ACTIVITY —
From the records below, set down exactly the lines starting with the line that contains "1, 0)), mode=Mode.PRIVATE)" and going on through the line that contains "A parametric FreeCAD". Nothing else is wanted.

[Dataset entries]
▬▬▬

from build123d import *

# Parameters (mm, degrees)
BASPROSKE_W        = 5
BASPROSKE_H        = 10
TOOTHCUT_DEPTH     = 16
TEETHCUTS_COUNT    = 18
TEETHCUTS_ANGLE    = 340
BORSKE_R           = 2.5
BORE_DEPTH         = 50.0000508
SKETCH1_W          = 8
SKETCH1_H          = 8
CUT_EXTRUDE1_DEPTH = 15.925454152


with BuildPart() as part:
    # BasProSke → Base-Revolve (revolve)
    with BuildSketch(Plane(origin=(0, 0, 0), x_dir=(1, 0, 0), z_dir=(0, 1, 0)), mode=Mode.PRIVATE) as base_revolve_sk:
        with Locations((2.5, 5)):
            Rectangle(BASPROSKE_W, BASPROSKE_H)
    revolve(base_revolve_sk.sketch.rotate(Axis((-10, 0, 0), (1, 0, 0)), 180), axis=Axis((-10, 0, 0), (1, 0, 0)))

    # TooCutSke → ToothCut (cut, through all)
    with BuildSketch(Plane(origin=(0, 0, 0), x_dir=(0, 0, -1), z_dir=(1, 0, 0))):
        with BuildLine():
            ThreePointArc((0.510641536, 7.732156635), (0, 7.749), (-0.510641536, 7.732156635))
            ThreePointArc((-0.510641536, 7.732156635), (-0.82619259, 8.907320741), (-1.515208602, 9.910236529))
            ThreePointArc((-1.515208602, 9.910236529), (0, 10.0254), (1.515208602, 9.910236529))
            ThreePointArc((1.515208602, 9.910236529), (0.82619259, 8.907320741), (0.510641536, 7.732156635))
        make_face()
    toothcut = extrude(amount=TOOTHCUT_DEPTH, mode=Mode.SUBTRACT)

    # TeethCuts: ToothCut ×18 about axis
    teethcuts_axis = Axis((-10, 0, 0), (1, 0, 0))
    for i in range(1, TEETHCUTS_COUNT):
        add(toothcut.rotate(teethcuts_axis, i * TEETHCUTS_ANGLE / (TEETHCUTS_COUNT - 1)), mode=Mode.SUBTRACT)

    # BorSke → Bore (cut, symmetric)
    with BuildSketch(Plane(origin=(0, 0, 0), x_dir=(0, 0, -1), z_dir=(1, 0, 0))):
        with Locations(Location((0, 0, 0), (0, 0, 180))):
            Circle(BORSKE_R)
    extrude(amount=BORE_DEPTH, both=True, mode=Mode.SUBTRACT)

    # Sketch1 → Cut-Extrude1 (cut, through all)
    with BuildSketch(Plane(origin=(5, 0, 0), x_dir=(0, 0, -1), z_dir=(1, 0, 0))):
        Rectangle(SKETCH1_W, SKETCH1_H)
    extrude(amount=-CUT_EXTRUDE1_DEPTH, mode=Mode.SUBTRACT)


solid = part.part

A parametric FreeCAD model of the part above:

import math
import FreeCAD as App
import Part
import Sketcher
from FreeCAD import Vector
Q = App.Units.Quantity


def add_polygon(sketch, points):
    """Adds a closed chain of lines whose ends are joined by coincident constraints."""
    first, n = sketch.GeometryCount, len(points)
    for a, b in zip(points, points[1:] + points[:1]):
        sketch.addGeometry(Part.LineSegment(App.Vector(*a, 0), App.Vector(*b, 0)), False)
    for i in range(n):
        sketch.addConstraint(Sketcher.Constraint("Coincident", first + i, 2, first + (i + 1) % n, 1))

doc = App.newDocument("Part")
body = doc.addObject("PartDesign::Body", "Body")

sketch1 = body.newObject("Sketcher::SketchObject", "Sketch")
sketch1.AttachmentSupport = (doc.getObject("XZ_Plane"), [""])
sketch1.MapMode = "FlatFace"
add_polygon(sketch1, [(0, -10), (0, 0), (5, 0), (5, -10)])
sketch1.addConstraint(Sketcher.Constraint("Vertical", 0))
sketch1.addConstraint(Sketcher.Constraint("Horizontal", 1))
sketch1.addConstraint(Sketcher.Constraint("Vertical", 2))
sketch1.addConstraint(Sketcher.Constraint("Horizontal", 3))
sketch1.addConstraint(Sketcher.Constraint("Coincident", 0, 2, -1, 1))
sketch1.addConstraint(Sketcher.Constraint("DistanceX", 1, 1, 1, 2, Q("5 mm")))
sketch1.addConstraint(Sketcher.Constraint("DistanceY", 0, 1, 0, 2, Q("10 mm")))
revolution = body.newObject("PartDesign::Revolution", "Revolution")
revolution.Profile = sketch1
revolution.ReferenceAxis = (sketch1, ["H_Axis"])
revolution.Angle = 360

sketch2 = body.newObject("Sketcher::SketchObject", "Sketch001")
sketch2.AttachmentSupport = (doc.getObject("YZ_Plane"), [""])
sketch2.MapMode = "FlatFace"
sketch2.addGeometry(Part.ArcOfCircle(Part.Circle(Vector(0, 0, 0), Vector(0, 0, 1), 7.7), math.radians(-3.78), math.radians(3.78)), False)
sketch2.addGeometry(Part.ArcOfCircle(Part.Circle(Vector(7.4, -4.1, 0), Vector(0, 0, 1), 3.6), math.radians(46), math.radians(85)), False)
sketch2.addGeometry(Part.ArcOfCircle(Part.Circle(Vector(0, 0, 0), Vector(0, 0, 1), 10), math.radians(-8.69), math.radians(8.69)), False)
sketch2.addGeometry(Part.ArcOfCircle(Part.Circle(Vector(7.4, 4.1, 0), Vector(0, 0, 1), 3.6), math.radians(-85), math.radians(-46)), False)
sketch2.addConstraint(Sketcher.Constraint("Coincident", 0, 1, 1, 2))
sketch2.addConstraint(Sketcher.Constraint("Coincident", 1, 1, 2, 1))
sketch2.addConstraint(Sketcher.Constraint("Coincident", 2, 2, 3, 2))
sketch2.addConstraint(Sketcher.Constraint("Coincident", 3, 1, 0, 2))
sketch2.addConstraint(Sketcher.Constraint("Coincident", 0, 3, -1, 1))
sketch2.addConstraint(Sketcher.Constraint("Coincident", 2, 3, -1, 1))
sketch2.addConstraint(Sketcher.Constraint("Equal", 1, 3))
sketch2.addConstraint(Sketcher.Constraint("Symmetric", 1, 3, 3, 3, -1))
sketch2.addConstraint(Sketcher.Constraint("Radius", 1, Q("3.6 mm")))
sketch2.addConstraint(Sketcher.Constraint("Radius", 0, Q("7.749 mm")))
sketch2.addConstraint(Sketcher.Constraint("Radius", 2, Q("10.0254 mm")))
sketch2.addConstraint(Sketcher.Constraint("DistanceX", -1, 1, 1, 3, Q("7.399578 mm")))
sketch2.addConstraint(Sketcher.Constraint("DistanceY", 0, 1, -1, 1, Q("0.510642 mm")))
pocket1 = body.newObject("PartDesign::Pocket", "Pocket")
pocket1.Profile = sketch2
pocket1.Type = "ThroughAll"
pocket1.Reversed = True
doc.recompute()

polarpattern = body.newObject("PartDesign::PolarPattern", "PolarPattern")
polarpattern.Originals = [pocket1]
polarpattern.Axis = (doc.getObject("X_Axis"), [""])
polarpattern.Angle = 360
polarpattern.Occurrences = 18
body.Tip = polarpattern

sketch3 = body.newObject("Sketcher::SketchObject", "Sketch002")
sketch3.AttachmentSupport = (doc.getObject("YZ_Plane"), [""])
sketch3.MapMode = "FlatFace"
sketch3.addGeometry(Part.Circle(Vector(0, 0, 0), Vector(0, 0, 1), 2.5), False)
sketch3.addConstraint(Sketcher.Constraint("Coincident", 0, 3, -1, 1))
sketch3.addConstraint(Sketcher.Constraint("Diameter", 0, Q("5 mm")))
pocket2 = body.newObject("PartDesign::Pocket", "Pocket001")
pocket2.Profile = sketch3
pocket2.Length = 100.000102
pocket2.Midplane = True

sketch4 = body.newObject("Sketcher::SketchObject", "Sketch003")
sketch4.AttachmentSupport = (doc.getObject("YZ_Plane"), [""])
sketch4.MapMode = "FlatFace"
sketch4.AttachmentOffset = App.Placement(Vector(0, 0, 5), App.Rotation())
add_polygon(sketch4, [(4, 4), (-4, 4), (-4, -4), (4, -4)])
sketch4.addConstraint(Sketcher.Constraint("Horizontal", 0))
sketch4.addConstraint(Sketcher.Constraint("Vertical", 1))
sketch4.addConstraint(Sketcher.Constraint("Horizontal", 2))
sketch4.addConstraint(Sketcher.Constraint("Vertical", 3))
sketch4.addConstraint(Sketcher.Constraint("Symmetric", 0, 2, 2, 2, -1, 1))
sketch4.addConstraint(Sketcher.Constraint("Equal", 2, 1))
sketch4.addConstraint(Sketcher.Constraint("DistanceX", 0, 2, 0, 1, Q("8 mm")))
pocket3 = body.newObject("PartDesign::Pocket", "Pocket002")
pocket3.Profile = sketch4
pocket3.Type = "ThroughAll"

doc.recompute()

▬▬▬

FINISHED EXERCISE —
    with BuildSketch(Plane(origin=(0, 0, 0), x_dir=(1, 0, 0), z_dir=(0, 1, 0)), mode=Mode.PRIVATE) as base_revolve_sk:
        with Locations((2.5, 5)):
            Rectangle(BASPROSKE_W, BASPROSKE_H)
    revolve(base_revolve_sk.sketch.rotate(Axis((-10, 0, 0), (1, 0, 0)), 180), axis=Axis((-10, 0, 0), (1, 0, 0)))

    # TooCutSke → ToothCut (cut, through all)
    with BuildSketch(Plane(origin=(0, 0, 0), x_dir=(0, 0, -1), z_dir=(1, 0, 0))):
        with BuildLine():
            ThreePointArc((0.510641536, 7.732156635), (0, 7.749), (-0.510641536, 7.732156635))
            ThreePointArc((-0.510641536, 7.732156635), (-0.82619259, 8.907320741), (-1.515208602, 9.910236529))
            ThreePointArc((-1.515208602, 9.910236529), (0, 10.0254), (1.515208602, 9.910236529))
            ThreePointArc((1.515208602, 9.910236529), (0.82619259, 8.907320741), (0.510641536, 7.732156635))
        make_face()
    toothcut = extrude(amount=TOOTHCUT_DEPTH, mode=Mode.SUBTRACT)

    # TeethCuts: ToothCut ×18 about axis
    teethcuts_axis = Axis((-10, 0, 0), (1, 0, 0))
    for i in range(1, TEETHCUTS_COUNT):
        add(toothcut.rotate(teethcuts_axis, i * TEETHCUTS_ANGLE / (TEETHCUTS_COUNT - 1)), mode=Mode.SUBTRACT)

    # BorSke → Bore (cut, symmetric)
    with BuildSketch(Plane(origin=(0, 0, 0), x_dir=(0, 0, -1), z_dir=(1, 0, 0))):
        with Locations(Location((0, 0, 0), (0, 0, 180))):
            Circle(BORSKE_R)
    extrude(amount=BORE_DEPTH, both=True, mode=Mode.SUBTRACT)

    # Sketch1 → Cut-Extrude1 (cut, through all)
    with BuildSketch(Plane(origin=(5, 0, 0), x_dir=(0, 0, -1), z_dir=(1, 0, 0))):
        Rectangle(SKETCH1_W, SKETCH1_H)
    extrude(amount=-CUT_EXTRUDE1_DEPTH, mode=Mode.SUBTRACT)


solid = part.part

A parametric FreeCAD model of the part above:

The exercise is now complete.